THE RED QUEEN
(Natural Selection and Predator-Prey Evolution)
“Now here, you see, it takes all the running you can do, to keep in the same place.”
The Red Queen in Lewis Carroll’s, Through the Looking Glass
The Red Queen’s statement to Alice accurately describes an important aspect of the evolutionary process. In nature, evolution is a
race. The goal is to pass your genes on to the next generation. Along the way, you must overcome changes in your physical
environment and defend yourself against the onslaught of other species. There is competition for food and space. It’s every species
for itself, and any adjustments that help achieve the goal are allowed. If the adjustments you made result from genetic variability, then
those adjustments can be passed to your offspring and they will flourish.
All right… suppose you have managed to pass your genes on to your offspring. Is the race over? NO!! As the Red Queen implies, the
race never stops. Environmental conditions may change again, a new, slightly better model of another species may come along, etc...
Nothing remains status quo. The alternative to racing is extinction, the death of all members of a species.
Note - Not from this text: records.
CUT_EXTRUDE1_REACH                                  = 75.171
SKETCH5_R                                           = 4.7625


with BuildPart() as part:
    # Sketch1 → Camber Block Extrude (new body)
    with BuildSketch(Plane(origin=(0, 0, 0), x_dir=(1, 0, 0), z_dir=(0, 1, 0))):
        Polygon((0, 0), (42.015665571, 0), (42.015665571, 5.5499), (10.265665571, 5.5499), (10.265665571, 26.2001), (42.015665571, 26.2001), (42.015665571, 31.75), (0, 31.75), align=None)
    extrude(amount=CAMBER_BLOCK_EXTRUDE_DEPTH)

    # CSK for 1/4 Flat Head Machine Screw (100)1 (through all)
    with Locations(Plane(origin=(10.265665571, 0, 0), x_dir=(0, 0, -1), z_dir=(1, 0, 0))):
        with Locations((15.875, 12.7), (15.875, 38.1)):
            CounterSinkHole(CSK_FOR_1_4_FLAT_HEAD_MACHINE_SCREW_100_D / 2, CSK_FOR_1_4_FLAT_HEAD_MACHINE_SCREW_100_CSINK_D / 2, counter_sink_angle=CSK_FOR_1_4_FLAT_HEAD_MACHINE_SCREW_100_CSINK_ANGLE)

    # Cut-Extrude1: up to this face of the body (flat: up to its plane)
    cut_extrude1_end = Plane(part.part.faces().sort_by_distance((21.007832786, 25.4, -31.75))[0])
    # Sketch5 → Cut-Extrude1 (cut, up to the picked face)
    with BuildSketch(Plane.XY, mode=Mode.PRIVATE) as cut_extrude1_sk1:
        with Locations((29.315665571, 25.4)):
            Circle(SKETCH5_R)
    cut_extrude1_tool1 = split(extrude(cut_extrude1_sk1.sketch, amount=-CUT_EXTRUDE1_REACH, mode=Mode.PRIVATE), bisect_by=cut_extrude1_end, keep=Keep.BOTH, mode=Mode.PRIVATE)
In nature, no species exists completely isolated from others. Other species are evolving, too. Consider the interaction of predators
(hunters) and prey species (huntees). Predators that are better hunters will consistently be able to produce more offspring. In this lab,
we will look at the predator-prey relationship.
Rules of the Game:
1. Students represent the predator species, each with a unique feeding appendage (spoons, tweezers, and knives).
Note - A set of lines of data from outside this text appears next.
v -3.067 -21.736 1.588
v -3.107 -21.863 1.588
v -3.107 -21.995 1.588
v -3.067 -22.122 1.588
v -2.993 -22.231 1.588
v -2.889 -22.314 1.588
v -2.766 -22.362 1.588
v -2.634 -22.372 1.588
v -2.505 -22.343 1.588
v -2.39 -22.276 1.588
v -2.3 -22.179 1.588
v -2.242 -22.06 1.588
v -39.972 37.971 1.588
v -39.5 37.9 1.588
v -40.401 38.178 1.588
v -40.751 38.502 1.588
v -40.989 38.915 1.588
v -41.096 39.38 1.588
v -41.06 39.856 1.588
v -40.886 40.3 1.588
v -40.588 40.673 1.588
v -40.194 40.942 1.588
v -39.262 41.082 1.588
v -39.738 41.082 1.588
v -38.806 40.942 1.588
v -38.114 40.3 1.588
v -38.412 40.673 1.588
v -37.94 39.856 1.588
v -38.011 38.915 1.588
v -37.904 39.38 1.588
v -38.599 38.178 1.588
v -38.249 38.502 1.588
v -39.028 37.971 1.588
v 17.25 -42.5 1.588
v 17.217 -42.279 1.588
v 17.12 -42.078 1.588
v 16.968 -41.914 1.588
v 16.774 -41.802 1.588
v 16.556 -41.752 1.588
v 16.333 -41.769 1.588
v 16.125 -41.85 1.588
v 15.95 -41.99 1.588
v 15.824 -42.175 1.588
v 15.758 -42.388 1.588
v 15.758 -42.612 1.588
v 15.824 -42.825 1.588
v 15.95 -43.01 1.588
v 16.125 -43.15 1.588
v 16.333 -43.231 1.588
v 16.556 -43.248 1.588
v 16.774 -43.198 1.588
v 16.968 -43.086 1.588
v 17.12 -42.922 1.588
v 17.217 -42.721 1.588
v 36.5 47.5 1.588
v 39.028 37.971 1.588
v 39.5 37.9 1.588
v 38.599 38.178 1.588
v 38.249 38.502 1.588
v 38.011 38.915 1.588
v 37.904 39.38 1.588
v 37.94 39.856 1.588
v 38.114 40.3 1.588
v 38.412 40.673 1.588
2. Predators with a spoon or a knife appendage may NOT use their thumbs to assist in capturing prey.
3. Prey species are 4 different kinds of seeds: lintels, Lima, pinto, and black beans.
4. At the start of the feeding bout, the teacher will disperse 1000 prey (250 of each type of seed) into the selected area.
5. In the first generation, there will be equal numbers of the four types of seeds. Then for 2 minutes, the predators will feed by
using the appendage in one hand to pick up prey and transport them into a container (the stomach) held in the other hand.
6. At the end of each bout, the number of prey “caught” will be tabulated, and if you don’t capture enough prey, your species will
become extinct.
7. We will have 3 feeding bouts. As time goes on, the less successful types of prey will “die out” leaving the prey that is more
difficult to capture behind. What effect will that have on our predators? This game will illustrate the evolutionary impact of the
Red Queen’s statement.
Red Queen Continued…
 When we go outside, take your group’s Red Queen WS (data table), a pencil, your appendages, and your stomachs with you.
You are responsible for keeping up with these items.
 You will complete the individual data tables (you and your partner’s) after each feeding bout when we go outside.
 After all 3 feeding bouts, we will come back into the classroom at which time you will tally your table’s data (data from you,
your partner, and the group across from you). Your table’s data will then be used to calculate the class’ data (tallied as a class
with the teacher’s help), and you will use this information to complete the analysis questions with your partner.
Analysis Questions – Please answer in complete sentences that re-state the question on the back of your data tables!!!
1. Distinguish between the efficient predators and the less efficient predators. What do you think made them so efficient or not?
2. Distinguish between the prey that successfully avoided capture and those more likely to be eaten. What differences were
there and what characteristics made some prey more successful and others not so successful at avoiding capture?
3. Predict what might happen in the future generations to the different types of predators and prey.
4. What changes in the environment might cause a reversal in this trend?
5. What are homologous structures? Give some examples.
6. What are vestigial structures? Give an example.
7. Which evidence of evolution is most reliable or valid in supporting the theory of evolution? Why?
8. What is an analogous structure?
When you are finished answering the analysis questions, turn your lab in to the tote tray!